[Data section]
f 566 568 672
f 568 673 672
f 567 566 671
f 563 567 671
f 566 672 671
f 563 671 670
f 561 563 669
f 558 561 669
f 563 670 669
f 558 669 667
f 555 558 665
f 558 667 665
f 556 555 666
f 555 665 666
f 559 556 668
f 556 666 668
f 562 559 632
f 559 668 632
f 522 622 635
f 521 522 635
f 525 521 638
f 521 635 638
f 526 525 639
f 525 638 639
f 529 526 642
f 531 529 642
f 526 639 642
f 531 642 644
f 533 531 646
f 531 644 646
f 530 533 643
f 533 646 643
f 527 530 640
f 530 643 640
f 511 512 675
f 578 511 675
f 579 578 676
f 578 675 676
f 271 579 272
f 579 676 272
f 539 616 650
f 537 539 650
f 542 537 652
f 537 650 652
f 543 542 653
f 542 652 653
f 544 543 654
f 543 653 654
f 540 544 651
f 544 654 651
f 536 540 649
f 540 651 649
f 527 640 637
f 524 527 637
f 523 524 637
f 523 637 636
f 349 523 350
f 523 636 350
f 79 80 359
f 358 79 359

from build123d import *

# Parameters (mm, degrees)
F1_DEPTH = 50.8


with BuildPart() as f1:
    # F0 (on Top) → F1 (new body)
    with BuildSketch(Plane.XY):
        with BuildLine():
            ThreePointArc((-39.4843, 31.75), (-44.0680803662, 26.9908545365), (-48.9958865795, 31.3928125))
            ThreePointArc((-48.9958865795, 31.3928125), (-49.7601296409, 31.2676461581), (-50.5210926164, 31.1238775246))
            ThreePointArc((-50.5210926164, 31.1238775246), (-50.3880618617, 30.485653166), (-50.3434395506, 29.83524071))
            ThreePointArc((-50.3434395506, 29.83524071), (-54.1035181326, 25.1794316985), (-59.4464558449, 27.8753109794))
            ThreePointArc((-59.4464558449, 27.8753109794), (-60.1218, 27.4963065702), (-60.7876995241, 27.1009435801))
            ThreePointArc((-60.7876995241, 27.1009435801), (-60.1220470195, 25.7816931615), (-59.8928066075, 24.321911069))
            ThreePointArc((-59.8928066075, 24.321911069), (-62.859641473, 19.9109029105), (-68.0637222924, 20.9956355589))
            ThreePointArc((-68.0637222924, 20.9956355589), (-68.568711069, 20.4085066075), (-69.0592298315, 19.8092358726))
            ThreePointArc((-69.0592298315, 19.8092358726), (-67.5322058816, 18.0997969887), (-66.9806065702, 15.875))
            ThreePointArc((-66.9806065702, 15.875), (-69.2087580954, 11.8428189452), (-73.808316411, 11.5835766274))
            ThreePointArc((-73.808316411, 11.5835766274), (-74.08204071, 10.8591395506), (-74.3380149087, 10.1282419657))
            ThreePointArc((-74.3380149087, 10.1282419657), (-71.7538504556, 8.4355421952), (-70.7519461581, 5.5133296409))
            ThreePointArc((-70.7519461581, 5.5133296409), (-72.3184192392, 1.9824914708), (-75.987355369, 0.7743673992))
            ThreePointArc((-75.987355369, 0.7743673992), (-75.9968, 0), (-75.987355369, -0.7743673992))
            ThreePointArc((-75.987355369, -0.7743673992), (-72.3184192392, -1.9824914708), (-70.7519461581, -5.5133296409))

[Problem details]
Return every line of the material in which the word "with" is found.

[Output of the exercise]
with BuildPart() as f1:
    with BuildSketch(Plane.XY):
        with BuildLine():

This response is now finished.